Directions: Find every line below that contains the word "revolve" and copy it out.

* * *

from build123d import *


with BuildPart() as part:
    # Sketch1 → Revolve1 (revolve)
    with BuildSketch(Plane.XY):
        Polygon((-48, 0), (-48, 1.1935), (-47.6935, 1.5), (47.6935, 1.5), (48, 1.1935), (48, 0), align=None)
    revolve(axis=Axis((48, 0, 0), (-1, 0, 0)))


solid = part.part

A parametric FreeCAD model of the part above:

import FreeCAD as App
import Part
import Sketcher

doc = App.newDocument("Part")
body = doc.addObject("PartDesign::Body", "Body")

# Sketch on XY plane
sketch1 = body.newObject("Sketcher::SketchObject", "Sketch")
sketch1.AttachmentSupport = (doc.getObject("XY_Plane"), [""])
sketch1.MapMode = "FlatFace"
sketch1.addGeometry([
    Part.LineSegment(App.Vector(-48, 1.19, 0), App.Vector(-48, 0, 0)),  # 0
    Part.LineSegment(App.Vector(-48, 0, 0), App.Vector(48, 0, 0)),  # 1
    Part.LineSegment(App.Vector(48, 0, 0), App.Vector(48, 1.19, 0)),  # 2
    Part.LineSegment(App.Vector(48, 1.19, 0), App.Vector(47.69, 1.5, 0)),  # 3
    Part.LineSegment(App.Vector(47.69, 1.5, 0), App.Vector(-47.69, 1.5, 0)),  # 4
    Part.LineSegment(App.Vector(-47.69, 1.5, 0), App.Vector(-48, 1.19, 0)),  # 5
], False)
sketch1.addConstraint([
    Sketcher.Constraint("Coincident", 0, 2, 1, 1),
    Sketcher.Constraint("Coincident", 1, 2, 2, 1),
    Sketcher.Constraint("Coincident", 2, 2, 3, 1),
    Sketcher.Constraint("Coincident", 3, 2, 4, 1),
    Sketcher.Constraint("Coincident", 4, 2, 5, 1),
    Sketcher.Constraint("Coincident", 5, 2, 0, 1),
    Sketcher.Constraint("Vertical", 0),
    Sketcher.Constraint("Horizontal", 1),
    Sketcher.Constraint("Vertical", 2),
    Sketcher.Constraint("Horizontal", 4),
    Sketcher.Constraint("Symmetric", 0, 2, 1, 2, -1, 1),
    Sketcher.Constraint("Perpendicular", 3, 5),
    Sketcher.Constraint("Horizontal", 2, 2, 5, 2),
    Sketcher.Constraint("Equal", 3, 5),
    Sketcher.Constraint("DistanceX", 1, 1, 1, 2, 96.0),
    Sketcher.Constraint("DistanceY", -1, 1, 3, 2, 1.5),
    Sketcher.Constraint("DistanceX", 4, 2, 4, 1, 95.387),
])
revolution = body.newObject("PartDesign::Revolution", "Revolution")
revolution.Profile = sketch1
revolution.ReferenceAxis = (sketch1, ["H_Axis"])
revolution.Angle = 360

doc.recompute()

* * *

Solution for this exercise:
    # Sketch1 → Revolve1 (revolve)
    revolve(axis=Axis((48, 0, 0), (-1, 0, 0)))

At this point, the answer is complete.